Description of the task
The answer is a stretch of the material below, returned exactly: the line containing "f 195 156 351", the line containing "f 419 349 348", and all lines between.

Data for analysis

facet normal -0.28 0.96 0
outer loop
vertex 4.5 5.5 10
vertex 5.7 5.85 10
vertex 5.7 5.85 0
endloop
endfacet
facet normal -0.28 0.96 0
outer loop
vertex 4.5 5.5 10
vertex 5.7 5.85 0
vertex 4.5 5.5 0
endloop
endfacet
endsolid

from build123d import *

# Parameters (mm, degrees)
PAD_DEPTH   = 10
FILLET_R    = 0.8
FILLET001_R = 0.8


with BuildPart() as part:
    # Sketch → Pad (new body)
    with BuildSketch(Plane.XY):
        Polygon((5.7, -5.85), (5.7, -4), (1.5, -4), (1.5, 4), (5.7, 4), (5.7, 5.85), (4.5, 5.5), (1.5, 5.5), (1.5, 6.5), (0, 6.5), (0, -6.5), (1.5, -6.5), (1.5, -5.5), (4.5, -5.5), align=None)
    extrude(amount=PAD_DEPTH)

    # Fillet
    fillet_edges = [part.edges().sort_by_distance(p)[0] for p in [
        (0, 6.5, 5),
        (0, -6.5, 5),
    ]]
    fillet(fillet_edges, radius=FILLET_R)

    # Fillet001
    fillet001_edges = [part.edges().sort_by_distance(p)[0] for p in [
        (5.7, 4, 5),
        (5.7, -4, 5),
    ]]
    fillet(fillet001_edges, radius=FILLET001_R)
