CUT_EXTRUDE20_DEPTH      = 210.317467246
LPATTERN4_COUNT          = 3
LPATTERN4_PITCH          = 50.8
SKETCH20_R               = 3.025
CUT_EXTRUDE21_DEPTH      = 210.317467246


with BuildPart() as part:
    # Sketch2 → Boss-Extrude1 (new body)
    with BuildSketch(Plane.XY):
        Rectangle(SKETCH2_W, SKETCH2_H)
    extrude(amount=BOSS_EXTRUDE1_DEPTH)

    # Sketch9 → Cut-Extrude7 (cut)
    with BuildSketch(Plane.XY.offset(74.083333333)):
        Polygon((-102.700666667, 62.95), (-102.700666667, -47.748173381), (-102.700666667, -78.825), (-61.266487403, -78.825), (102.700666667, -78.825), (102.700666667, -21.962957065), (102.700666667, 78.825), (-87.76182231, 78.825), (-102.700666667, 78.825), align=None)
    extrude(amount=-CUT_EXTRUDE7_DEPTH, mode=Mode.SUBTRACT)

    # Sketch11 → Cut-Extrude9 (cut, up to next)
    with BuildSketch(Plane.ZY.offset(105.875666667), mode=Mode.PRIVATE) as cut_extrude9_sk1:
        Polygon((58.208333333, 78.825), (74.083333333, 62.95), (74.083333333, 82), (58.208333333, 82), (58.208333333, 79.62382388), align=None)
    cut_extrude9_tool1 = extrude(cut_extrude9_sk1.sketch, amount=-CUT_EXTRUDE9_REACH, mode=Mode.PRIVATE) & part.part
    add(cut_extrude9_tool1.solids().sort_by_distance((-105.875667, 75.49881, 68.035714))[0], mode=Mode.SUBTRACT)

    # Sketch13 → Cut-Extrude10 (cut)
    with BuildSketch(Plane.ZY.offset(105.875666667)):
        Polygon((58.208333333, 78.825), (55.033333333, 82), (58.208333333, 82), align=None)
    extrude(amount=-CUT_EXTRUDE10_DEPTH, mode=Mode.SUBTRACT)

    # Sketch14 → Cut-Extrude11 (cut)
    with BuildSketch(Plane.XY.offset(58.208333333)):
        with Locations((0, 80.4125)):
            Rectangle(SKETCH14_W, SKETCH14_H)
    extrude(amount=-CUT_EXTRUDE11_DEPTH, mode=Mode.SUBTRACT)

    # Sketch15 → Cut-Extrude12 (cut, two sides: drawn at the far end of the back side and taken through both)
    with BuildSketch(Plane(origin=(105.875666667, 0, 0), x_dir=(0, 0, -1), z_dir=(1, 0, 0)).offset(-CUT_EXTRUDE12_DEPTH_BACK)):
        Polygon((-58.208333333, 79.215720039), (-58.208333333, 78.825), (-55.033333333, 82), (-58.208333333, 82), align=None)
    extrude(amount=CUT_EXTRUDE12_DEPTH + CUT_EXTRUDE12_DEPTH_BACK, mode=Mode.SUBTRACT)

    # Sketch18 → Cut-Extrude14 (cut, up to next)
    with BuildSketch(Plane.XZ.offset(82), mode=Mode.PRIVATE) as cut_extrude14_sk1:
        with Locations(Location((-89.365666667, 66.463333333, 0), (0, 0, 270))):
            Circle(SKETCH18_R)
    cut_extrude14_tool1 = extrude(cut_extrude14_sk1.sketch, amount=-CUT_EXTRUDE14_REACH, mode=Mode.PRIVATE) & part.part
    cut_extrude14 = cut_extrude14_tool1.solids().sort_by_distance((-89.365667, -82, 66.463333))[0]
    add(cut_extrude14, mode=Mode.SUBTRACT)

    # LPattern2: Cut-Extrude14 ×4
* * *
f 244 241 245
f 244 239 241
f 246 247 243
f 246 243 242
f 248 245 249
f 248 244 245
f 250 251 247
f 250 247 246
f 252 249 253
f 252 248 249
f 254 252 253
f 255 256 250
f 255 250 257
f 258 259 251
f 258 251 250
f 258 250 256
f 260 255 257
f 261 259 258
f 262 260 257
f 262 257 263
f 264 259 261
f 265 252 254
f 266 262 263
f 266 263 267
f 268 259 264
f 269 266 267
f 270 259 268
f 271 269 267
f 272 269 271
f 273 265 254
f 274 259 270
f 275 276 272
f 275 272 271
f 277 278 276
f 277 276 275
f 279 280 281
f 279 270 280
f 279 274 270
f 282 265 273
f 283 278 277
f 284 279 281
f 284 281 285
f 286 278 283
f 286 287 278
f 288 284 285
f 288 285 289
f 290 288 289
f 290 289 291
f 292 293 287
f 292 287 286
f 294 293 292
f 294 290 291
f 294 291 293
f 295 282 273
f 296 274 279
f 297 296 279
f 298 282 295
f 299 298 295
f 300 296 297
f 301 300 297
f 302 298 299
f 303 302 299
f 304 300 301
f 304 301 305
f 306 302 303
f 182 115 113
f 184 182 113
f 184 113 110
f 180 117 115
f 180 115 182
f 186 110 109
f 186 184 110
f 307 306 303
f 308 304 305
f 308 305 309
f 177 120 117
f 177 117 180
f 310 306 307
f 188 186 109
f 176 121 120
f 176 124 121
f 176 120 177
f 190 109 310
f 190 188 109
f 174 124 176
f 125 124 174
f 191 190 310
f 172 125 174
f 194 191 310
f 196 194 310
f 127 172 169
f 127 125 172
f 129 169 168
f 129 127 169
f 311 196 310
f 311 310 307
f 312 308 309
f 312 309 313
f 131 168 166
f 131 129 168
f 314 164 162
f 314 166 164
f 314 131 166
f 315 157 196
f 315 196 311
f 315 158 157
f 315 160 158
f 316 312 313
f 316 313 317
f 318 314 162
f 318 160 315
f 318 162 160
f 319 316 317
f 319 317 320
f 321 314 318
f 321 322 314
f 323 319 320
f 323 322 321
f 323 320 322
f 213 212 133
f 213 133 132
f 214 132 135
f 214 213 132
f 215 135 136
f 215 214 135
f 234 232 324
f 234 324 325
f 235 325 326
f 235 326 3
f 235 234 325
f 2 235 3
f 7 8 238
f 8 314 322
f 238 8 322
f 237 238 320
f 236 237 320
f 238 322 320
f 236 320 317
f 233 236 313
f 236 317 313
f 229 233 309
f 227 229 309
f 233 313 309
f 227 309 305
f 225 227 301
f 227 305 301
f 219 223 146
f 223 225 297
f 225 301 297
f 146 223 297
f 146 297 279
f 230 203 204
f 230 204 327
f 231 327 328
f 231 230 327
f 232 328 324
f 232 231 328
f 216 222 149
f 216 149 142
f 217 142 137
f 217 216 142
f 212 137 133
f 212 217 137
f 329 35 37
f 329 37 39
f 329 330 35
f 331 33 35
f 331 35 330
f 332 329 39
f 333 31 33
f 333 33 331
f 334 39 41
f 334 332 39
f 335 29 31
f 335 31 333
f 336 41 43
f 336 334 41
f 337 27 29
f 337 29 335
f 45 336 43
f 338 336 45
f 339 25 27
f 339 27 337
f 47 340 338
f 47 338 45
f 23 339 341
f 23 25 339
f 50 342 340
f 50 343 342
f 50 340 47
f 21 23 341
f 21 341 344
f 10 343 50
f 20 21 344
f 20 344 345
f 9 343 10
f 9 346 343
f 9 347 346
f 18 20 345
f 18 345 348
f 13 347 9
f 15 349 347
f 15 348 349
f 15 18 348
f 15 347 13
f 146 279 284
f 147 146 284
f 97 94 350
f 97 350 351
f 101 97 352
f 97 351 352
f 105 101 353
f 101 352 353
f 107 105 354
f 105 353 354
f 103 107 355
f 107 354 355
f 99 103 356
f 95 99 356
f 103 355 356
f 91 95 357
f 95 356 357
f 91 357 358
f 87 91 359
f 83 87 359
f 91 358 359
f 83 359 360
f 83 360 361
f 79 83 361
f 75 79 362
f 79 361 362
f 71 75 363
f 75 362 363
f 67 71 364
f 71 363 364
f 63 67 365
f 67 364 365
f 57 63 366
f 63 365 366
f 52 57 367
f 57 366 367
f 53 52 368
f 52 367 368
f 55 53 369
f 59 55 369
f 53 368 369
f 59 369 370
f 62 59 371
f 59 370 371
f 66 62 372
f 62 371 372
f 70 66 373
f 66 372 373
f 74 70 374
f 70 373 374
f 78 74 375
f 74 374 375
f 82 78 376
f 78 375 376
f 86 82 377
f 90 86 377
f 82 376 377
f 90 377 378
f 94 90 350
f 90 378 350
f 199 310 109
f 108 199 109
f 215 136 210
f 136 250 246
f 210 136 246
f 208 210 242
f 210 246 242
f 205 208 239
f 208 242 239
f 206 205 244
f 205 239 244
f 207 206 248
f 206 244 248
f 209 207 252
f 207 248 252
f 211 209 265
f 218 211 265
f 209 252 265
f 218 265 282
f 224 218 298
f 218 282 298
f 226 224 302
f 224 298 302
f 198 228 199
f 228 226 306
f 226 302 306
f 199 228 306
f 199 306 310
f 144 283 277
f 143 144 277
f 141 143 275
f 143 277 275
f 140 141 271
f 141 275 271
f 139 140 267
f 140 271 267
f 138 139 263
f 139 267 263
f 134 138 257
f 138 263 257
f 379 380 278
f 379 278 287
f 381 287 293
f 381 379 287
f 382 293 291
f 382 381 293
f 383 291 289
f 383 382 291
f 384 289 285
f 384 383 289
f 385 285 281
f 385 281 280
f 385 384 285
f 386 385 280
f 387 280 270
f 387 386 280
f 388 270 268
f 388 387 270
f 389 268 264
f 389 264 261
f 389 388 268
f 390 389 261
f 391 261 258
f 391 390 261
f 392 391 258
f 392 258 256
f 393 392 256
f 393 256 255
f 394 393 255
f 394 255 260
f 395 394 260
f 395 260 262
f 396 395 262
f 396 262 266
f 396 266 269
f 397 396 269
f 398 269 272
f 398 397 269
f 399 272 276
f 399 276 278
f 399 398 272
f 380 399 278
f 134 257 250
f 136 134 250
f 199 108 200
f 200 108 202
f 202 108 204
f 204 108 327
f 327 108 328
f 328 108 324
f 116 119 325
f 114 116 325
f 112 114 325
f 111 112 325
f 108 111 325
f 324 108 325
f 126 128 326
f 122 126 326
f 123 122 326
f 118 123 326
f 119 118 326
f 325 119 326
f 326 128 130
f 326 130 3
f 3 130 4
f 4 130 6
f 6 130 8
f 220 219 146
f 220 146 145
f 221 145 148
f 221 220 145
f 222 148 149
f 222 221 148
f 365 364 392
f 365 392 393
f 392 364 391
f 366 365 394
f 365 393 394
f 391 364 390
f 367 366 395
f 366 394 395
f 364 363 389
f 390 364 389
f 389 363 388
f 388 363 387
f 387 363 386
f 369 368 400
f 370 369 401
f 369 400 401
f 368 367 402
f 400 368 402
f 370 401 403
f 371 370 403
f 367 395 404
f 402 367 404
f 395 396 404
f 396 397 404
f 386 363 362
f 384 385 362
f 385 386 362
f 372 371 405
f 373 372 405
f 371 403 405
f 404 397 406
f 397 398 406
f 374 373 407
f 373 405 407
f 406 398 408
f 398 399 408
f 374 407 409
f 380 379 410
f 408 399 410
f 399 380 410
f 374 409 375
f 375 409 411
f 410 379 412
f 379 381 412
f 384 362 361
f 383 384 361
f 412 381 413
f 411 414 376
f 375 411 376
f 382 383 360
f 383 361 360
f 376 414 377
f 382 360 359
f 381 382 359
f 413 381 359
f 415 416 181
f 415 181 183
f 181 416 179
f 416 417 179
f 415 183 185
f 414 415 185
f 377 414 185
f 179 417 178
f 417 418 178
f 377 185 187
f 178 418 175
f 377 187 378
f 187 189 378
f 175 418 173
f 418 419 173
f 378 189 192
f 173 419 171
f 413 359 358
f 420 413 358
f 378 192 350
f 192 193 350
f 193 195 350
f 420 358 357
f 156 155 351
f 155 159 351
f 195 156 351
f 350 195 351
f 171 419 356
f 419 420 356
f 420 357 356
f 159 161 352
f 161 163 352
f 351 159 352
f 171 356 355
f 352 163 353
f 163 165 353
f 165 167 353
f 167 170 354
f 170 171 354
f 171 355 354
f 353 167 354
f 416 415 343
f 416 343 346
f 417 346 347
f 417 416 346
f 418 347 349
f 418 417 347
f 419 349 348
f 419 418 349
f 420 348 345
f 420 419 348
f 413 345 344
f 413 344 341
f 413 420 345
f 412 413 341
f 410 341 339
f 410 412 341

Result of this task
f 195 156 351
f 350 195 351
f 171 419 356
f 419 420 356
f 420 357 356
f 159 161 352
f 161 163 352
f 351 159 352
f 171 356 355
f 352 163 353
f 163 165 353
f 165 167 353
f 167 170 354
f 170 171 354
f 171 355 354
f 353 167 354
f 416 415 343
f 416 343 346
f 417 346 347
f 417 416 346
f 418 347 349
f 418 417 347
f 419 349 348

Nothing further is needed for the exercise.